Recently, and as he had repeatedly promised, Mr K has turned his attention to psychiatric drugs, especially in childhood. Now it has to be remembered that on a cost-benefit analysis, psychiatric treatment isn’t in the same class as mass immunisation, even though we now spend vastly more on psychiatric drugs than we do on immunity. Assume that 15% of Australians over 16 take the drugs; that’s 3.3million; a dozen scripts each per year at $20 per script gives the princely sum of nearly $800million a year (it’s probably a lot more). That’s a lot of money but are there other costs?
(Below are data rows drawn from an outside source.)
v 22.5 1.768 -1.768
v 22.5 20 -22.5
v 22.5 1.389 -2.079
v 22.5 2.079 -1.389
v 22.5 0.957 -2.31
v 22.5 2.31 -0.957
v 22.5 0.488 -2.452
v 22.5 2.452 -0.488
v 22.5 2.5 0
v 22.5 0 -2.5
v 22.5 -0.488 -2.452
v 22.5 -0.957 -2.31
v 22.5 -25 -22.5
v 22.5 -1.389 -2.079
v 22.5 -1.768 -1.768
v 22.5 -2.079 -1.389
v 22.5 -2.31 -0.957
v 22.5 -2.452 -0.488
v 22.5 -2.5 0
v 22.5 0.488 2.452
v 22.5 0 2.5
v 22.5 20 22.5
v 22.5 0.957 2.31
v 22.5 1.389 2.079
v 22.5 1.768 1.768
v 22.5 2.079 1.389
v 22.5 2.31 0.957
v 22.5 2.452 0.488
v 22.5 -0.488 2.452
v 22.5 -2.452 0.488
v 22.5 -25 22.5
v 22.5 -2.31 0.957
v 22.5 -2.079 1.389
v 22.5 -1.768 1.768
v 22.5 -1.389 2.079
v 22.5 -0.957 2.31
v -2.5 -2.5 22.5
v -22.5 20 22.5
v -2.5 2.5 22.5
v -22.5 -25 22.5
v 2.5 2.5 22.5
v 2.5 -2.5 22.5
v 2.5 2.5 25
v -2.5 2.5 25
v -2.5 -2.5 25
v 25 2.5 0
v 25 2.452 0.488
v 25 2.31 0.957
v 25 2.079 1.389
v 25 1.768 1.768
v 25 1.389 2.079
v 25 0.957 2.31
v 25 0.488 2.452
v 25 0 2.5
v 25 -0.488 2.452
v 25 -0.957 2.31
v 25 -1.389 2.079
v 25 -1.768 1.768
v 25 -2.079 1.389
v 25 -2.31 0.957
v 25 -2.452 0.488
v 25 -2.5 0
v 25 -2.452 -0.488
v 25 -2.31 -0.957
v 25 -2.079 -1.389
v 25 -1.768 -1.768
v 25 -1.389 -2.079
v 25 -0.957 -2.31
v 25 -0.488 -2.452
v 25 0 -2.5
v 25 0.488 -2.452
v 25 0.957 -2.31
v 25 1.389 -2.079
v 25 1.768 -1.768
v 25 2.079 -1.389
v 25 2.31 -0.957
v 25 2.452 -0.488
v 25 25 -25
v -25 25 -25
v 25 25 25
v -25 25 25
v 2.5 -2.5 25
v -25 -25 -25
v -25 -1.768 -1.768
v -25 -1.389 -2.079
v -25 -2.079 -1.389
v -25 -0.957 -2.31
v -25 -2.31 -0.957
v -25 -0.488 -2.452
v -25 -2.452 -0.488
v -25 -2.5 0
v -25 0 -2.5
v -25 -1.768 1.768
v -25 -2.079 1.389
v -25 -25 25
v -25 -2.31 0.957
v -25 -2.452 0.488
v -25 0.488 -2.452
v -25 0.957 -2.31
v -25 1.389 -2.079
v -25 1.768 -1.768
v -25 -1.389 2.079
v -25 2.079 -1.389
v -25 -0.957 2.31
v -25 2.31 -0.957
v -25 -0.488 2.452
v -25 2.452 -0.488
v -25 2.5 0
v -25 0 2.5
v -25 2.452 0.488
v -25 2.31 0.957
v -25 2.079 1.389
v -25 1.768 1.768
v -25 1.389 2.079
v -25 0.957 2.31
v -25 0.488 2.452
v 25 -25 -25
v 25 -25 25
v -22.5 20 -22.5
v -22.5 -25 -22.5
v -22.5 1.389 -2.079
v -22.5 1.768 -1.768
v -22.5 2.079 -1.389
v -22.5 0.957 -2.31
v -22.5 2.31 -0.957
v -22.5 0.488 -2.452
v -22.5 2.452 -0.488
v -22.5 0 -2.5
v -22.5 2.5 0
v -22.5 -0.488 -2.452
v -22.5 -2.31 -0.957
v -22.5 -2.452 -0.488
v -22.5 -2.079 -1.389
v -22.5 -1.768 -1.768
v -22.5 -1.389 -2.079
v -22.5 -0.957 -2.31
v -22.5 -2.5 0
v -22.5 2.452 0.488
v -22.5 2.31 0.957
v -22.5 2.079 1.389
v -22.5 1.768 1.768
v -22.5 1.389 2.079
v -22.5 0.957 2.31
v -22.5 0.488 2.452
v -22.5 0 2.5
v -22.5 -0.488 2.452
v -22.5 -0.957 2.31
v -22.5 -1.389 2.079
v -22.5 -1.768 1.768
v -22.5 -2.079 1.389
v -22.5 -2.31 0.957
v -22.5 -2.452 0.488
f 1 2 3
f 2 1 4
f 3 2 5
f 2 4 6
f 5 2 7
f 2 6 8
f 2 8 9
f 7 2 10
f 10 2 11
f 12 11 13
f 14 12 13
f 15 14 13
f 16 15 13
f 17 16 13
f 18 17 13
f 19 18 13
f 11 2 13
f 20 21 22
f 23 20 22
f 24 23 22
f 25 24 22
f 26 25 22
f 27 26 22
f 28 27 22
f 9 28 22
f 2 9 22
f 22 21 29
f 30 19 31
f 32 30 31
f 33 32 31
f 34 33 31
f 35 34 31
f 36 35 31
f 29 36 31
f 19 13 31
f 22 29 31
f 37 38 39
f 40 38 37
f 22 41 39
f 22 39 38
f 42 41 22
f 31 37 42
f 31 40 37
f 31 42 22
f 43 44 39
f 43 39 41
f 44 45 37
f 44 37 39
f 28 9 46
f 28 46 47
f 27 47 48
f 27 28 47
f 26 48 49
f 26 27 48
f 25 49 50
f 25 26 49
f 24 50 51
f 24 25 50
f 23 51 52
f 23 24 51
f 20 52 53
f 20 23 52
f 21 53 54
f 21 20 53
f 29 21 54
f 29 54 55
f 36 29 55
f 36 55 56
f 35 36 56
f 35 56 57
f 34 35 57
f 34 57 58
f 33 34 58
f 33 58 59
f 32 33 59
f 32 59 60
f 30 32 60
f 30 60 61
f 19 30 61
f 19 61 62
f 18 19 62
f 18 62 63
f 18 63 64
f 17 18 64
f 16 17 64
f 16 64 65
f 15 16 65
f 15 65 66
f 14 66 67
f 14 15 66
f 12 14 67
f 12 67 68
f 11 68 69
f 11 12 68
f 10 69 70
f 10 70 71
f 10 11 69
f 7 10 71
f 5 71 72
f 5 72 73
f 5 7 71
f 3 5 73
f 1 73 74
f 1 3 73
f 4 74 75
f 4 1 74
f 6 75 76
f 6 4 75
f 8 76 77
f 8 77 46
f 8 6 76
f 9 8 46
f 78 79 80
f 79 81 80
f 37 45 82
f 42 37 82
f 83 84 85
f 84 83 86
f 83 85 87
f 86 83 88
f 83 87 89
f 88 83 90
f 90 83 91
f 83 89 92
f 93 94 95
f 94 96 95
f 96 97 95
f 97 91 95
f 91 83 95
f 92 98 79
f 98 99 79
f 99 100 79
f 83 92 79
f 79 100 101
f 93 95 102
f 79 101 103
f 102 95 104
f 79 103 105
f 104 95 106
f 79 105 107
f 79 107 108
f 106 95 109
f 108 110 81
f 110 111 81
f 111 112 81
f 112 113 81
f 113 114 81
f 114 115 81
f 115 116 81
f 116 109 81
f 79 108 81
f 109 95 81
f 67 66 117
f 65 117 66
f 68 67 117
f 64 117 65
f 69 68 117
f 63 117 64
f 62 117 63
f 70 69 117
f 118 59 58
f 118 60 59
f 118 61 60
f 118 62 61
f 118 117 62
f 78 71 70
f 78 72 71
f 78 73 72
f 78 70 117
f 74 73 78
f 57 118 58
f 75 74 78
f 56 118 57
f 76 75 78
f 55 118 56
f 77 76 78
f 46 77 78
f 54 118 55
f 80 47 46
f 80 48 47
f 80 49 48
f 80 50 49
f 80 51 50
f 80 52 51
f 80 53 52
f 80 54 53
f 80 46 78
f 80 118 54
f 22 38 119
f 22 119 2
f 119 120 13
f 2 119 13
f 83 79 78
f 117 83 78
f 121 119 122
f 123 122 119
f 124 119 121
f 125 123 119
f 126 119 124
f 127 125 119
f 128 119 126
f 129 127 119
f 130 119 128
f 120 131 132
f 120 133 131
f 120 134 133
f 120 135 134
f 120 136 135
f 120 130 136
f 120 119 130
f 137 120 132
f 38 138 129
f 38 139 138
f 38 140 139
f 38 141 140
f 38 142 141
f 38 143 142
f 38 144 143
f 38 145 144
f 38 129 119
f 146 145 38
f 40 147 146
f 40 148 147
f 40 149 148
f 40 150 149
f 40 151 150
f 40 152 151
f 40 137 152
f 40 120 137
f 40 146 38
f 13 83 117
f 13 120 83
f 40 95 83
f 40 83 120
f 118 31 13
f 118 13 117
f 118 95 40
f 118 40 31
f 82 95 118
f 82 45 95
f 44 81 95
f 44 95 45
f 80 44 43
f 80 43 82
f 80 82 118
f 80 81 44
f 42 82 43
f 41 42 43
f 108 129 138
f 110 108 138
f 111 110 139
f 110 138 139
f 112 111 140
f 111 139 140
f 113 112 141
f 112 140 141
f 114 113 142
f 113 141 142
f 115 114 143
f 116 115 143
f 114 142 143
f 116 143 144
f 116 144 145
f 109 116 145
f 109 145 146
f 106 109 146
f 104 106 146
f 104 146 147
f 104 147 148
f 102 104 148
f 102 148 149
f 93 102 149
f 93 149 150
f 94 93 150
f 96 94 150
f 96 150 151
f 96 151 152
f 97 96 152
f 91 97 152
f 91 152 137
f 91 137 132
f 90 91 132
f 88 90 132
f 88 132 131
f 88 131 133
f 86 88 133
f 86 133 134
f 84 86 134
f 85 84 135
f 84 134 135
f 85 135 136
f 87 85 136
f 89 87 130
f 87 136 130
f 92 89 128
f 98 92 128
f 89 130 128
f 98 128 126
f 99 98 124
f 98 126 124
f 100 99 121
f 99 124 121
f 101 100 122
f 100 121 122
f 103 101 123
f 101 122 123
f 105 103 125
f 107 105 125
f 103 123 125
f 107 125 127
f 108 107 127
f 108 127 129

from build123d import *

# Parameters (mm, degrees)
F0_W          = 50
F0_H          = 50
F1_DEPTH      = 25
F1_DEPTH_BACK = 25
F2_W          = 45
F2_H          = 45
F3_DEPTH      = 45
F4_W          = 5
F4_H          = 5
F5_DEPTH      = 5
F6_R          = 2.5
F7_DEPTH      = 50
F7_DEPTH_BACK = 25


with BuildPart() as f1:
    # F0 (on Top) → F1 (new body, two sides)
    with BuildSketch(Plane.XY) as f1_sk:
        Rectangle(F0_W, F0_H)
    extrude(amount=F1_DEPTH)
    extrude(f1_sk.sketch, amount=-F1_DEPTH_BACK)

    # F2 (on face) → F3 (cut)
    with BuildSketch(Plane.XZ.offset(25)):
        Rectangle(F2_W, F2_H)
    extrude(amount=-F3_DEPTH, mode=Mode.SUBTRACT)

    # F4 (on face) → F5 (cut)
    with BuildSketch(Plane.XY.offset(25)):
        Rectangle(F4_W, F4_H)
    extrude(amount=-F5_DEPTH, mode=Mode.SUBTRACT)

    # F6 (on Right) → F7 (cut, two sides)
    with BuildSketch(Plane.YZ) as f7_sk:
        Circle(F6_R)
    extrude(amount=-F7_DEPTH, mode=Mode.SUBTRACT)
    extrude(f7_sk.sketch, amount=F7_DEPTH_BACK, mode=Mode.SUBTRACT)


solid = f1.part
Yes, there are many other costs, mainly weight gain and other metabolic disturbances, neurologic side effects such as akathisia and tardive dyskinesia, the risks of a manic attack, and the intangible cost of losing sexual interest and drive.
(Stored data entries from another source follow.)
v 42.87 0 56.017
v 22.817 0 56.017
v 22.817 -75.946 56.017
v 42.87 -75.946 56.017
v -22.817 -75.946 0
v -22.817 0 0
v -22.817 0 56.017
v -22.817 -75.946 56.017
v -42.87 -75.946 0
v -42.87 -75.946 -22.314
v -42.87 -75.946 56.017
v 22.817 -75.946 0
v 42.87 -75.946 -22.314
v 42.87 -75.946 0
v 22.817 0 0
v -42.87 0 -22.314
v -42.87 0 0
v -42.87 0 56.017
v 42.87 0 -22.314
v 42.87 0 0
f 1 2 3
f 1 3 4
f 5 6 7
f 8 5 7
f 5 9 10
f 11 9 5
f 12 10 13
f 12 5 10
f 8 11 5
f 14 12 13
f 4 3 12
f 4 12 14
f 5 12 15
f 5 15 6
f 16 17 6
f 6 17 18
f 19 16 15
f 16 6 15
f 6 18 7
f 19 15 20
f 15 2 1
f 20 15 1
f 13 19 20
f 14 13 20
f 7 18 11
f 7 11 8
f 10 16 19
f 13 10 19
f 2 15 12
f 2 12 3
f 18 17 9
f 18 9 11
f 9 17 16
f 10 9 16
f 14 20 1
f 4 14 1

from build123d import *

# Parameters (mm, degrees)
F0_W     = 20.052685
F0_H     = 56.016997
F1_DEPTH = 75.946


with BuildPart() as f1:
    # F0 (on Front) → F1 (new body)
    with BuildSketch(Plane.XZ):
        Polygon((22.817267, 0), (0, 0), (0, -22.313809), (42.869952, -22.313809), (42.869952, 0), align=None)
        Polygon((0, -22.313809), (0, 0), (-22.817267, 0), (-42.869952, 0), (-42.869952, -22.313809), align=None)
        with Locations((32.843609, 28.008498)):
            Rectangle(F0_W, F0_H)
        with Locations((-32.843609, 28.008498)):
            Rectangle(F0_W, F0_H)
    extrude(amount=F1_DEPTH)


solid = f1.part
After all that expense, what’s the benefit of so many people taking all these drugs? This is where the problems start because the answer is: precious little. Are people better off for being fat and sexually inert, do they function better, are there fewer suicides and so on? More to the point, could we get by without them? Could people do something different to get a better outcome? The answer is yes, they would but there’s one problem that stands in the way. It’s called psychiatry. Predictably, psychiatrists have reacted badly to the suggestion that they are “overprescribing, overmedicating, overmedicalising” and so on, even though the evidence is very clear. Trouble is, it threatens their business model which is based on putting ever more people on ever more powerful and expensive drugs for longer and longer. When the drugs are of a type that induces dependency, then their business model is a winner. But is it science? When it comes to the class of stimulant drugs handed out for alleged ADHD, about 600,000 people are taking them, over ten times as many as 20 years ago (brand name Ritalin costs about $100 for 60x10mg tablets, $500 a year, $300million a year and rising fast; in the US, it’s 3-5 times as much). Is that science? Well, we know one thing: trying to prevent people questioning this, trying to suppress open debate, as mainstream psychiatry routinely does, is most definitely not science.
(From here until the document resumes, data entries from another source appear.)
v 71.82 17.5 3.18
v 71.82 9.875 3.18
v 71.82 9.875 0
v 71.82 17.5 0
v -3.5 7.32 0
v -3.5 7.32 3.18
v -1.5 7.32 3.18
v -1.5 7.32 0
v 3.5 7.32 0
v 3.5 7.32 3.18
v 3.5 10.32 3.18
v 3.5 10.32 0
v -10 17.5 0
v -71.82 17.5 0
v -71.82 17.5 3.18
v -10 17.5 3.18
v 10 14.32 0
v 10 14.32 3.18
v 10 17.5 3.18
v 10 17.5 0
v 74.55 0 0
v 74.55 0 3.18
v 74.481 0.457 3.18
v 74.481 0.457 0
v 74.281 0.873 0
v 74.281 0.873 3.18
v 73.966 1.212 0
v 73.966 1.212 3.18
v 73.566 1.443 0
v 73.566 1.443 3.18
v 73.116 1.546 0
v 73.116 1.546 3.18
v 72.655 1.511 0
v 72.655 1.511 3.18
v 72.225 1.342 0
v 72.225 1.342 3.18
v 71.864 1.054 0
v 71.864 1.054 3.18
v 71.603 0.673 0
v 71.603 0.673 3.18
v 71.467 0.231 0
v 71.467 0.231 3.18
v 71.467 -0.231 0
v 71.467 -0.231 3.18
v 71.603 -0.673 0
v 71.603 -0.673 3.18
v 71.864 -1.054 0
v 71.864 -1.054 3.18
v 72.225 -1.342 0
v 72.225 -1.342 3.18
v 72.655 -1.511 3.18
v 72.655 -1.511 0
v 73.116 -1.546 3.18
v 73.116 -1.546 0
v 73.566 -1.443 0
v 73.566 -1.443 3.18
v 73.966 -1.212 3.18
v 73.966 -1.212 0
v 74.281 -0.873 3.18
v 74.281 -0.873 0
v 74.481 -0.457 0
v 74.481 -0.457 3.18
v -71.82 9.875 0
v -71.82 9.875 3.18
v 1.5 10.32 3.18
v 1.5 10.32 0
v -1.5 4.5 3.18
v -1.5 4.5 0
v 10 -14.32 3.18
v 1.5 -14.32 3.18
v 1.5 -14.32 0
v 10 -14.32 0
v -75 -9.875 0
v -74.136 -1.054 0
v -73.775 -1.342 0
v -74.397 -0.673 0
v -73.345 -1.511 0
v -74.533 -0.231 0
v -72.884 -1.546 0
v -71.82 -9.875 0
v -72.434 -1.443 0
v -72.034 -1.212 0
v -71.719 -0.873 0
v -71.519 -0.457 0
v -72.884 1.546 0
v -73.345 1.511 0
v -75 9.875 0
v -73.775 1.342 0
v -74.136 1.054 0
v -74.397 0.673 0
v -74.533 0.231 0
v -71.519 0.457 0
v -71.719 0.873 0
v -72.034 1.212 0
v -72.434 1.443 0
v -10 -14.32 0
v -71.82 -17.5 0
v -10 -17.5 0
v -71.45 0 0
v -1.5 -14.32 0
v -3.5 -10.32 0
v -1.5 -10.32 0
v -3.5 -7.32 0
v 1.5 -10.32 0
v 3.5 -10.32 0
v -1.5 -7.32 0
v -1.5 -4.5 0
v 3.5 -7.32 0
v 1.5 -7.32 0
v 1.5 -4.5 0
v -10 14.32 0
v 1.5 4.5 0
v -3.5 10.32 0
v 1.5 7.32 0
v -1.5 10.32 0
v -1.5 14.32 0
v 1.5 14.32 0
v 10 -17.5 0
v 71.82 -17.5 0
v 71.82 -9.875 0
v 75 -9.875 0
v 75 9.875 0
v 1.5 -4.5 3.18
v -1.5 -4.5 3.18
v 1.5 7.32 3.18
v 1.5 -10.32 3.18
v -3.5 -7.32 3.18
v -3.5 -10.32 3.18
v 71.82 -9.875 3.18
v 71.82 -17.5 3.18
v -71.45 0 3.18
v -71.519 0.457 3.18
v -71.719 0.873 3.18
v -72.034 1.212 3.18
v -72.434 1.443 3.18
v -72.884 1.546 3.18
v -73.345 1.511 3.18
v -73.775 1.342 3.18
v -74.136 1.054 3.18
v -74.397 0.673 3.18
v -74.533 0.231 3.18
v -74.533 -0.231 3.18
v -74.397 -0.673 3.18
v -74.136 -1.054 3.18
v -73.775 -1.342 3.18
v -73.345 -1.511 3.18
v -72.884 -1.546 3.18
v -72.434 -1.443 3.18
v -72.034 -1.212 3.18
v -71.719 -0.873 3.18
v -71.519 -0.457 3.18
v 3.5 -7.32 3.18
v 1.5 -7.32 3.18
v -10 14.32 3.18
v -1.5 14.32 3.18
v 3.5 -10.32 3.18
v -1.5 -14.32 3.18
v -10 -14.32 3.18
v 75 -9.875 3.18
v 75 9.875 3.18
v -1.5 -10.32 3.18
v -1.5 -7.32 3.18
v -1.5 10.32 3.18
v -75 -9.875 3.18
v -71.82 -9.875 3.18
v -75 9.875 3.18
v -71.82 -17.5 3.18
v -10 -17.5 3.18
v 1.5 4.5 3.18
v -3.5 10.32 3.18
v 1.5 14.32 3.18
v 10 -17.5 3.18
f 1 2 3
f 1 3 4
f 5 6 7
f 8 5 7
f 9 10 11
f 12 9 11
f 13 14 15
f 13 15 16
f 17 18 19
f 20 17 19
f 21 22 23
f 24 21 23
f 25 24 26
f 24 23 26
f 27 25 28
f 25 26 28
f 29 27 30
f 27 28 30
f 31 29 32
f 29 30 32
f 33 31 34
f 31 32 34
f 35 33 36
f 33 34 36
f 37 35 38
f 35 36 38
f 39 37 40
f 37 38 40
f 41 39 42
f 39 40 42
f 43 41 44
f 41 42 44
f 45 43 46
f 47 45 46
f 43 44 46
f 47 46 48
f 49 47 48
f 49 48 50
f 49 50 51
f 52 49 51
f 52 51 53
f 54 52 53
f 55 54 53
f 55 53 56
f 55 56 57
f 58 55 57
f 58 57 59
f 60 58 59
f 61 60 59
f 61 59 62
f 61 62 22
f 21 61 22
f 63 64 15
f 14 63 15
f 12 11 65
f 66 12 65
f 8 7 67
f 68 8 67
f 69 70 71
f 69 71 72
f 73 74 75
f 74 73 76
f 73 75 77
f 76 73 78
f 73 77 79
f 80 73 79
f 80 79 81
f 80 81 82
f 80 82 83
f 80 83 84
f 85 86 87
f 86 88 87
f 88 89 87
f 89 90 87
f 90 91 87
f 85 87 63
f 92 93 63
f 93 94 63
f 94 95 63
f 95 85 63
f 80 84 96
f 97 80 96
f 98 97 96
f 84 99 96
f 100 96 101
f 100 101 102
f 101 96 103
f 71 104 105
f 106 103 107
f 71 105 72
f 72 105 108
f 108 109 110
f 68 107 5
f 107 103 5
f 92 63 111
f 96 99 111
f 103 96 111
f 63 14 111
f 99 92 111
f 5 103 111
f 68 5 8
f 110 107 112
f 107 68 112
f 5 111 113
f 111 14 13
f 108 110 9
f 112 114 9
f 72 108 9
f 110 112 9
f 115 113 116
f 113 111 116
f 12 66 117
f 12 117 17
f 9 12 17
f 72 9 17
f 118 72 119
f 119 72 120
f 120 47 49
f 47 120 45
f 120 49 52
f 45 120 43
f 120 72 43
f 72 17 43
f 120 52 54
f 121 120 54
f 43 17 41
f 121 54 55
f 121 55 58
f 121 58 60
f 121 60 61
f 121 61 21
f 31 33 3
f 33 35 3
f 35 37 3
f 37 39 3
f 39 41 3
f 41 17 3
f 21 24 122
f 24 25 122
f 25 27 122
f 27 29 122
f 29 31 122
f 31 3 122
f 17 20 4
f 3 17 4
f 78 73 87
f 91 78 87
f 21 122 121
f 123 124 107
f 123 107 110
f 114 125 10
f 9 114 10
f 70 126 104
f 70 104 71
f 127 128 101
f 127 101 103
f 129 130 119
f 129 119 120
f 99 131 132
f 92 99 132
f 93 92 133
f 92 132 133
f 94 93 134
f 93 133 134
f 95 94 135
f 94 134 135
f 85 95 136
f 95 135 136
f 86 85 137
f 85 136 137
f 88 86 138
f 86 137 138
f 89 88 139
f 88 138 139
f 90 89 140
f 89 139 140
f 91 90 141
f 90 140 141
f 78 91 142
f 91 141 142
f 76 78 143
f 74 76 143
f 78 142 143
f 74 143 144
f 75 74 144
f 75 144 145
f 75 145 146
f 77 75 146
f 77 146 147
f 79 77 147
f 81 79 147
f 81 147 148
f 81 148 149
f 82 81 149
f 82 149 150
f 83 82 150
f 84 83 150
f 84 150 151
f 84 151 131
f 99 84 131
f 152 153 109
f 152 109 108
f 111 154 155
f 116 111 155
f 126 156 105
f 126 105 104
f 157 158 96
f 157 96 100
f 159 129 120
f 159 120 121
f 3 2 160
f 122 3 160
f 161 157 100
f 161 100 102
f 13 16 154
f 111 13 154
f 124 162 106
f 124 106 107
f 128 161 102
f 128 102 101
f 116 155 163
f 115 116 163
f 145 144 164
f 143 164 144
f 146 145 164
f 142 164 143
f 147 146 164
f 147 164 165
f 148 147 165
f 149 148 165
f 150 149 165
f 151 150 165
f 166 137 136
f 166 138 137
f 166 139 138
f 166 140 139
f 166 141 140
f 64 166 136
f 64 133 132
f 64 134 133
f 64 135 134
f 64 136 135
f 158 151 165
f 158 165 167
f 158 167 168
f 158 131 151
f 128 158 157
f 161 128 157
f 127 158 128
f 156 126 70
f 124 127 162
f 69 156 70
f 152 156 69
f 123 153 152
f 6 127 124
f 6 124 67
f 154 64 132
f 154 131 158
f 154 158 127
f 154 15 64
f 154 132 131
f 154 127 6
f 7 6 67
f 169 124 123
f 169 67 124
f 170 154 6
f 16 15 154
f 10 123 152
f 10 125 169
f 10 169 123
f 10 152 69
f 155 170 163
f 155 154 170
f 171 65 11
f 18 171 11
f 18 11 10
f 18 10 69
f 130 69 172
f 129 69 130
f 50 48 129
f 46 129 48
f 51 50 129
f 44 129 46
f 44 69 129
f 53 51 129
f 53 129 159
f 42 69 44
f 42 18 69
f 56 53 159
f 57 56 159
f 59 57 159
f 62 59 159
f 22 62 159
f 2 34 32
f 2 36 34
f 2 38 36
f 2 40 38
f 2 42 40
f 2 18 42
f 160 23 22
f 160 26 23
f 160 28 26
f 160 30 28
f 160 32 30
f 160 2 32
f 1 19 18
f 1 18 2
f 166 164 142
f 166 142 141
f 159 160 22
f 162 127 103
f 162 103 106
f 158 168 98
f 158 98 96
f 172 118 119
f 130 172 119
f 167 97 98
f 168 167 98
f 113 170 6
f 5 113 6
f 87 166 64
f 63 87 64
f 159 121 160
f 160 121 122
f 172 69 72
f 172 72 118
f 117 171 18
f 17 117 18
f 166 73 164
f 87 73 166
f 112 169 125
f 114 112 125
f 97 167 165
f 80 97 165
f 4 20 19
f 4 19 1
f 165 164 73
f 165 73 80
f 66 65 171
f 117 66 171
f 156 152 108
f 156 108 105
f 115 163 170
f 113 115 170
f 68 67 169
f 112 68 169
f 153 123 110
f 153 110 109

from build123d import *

# Parameters (mm, degrees)
SKETCH1_W           = 150
SKETCH1_H           = 35
BOSS_EXTRUDE1_DEPTH = 3.18
SKETCH2_R           = 1.55
SKETCH2_W           = 3.18
SKETCH2_H           = 7.625
CUT_EXTRUDE1_DEPTH  = 78.080233523


with BuildPart() as part:
    # Sketch1 → Boss-Extrude1 (new body)
    with BuildSketch(Plane.XY):
        Rectangle(SKETCH1_W, SKETCH1_H)
    extrude(amount=BOSS_EXTRUDE1_DEPTH)

    # Sketch2 → Cut-Extrude1 (cut, through all)
    with BuildSketch(Plane.XY.offset(3.18)):
        with Locations((-73, 0)):
            Circle(SKETCH2_R)
        with Locations((73, 0)):
            Circle(SKETCH2_R)
        Polygon((1.5, 14.32), (10, 14.32), (10, 17.5), (-10, 17.5), (-10, 14.32), (-1.5, 14.32), (-1.5, 10.32), (-3.5, 10.32), (-3.5, 7.32), (-1.5, 7.32), (-1.5, 4.5), (1.5, 4.5), (1.5, 7.32), (3.5, 7.32), (3.5, 10.32), (1.5, 10.32), align=None)
        Polygon((-1.5, -7.32), (-1.5, -4.5), (1.5, -4.5), (1.5, -7.32), (3.5, -7.32), (3.5, -10.32), (1.5, -10.32), (1.5, -14.32), (10, -14.32), (10, -17.5), (-10, -17.5), (-10, -14.32), (-1.5, -14.32), (-1.5, -10.32), (-3.5, -10.32), (-3.5, -7.32), align=None)
        with Locations((73.41, -13.6875)):
            Rectangle(SKETCH2_W, SKETCH2_H)
        with Locations((-73.41, 13.6875)):
            Rectangle(SKETCH2_W, SKETCH2_H)
        with Locations((-73.41, -13.6875)):
            Rectangle(SKETCH2_W, SKETCH2_H)
        with Locations((73.41, 13.6875)):
            Rectangle(SKETCH2_W, SKETCH2_H)
    extrude(amount=-CUT_EXTRUDE1_DEPTH, mode=Mode.SUBTRACT)


solid = part.part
It didn’t take long for the mainstream to react to Mr Kennedy. Coincidently, a major opinion piece surfaced in the British Journal of Psychiatry, reporting on about a year’s work on deprescribing in affective disorder, meaning depression and bipolar disorder [1]. Using what is called a Delphi study, some 45 carefully selected experts offered their views on how and when people should be taken off psychiatric drugs. The Delphi process circulates a series of questions to the group and, after several rounds, assembles a group opinion that they can all agree with. They concluded that most people should stay on their drugs in the long term but a few could be gingerly reduced as an experiment. Given that the people they chose were all absolutely convinced that drugs are the only way to go, and given their conflicts of interest, they were never going to say anything else.
Another psychiatrist whose response to the MAHA move was very predictable writes regularly for Psychiatric Times and has his own blog. Awais Aftab was at Tufts Medical School in Boston, also the home of Ronald Pies, the long-term editor in chief of Psych Times, but has recently moved to Ohio. As far as I know, his background was Pakistani but he writes in English better than most which may explain why reporters commonly seek his opinion on such matters as the MAHA position on overprescribing. However, it’s important to remember that it doesn’t matter how well you write, you will not get a job with Psych Times by criticising mainstream psychiatry, because the mainstream and its affiliated drug industry pay the bills. Thus when he saw Kennedy’s opening shots against psychiatric drug, he was fairly sure that it was the result of an unholy alliance with various “antipsychiatry” elements, particularly Bob Whitaker (also in Boston) and Joanna Moncrieff, in London, conspiring to push a false picture of psychiatry as dehumanising.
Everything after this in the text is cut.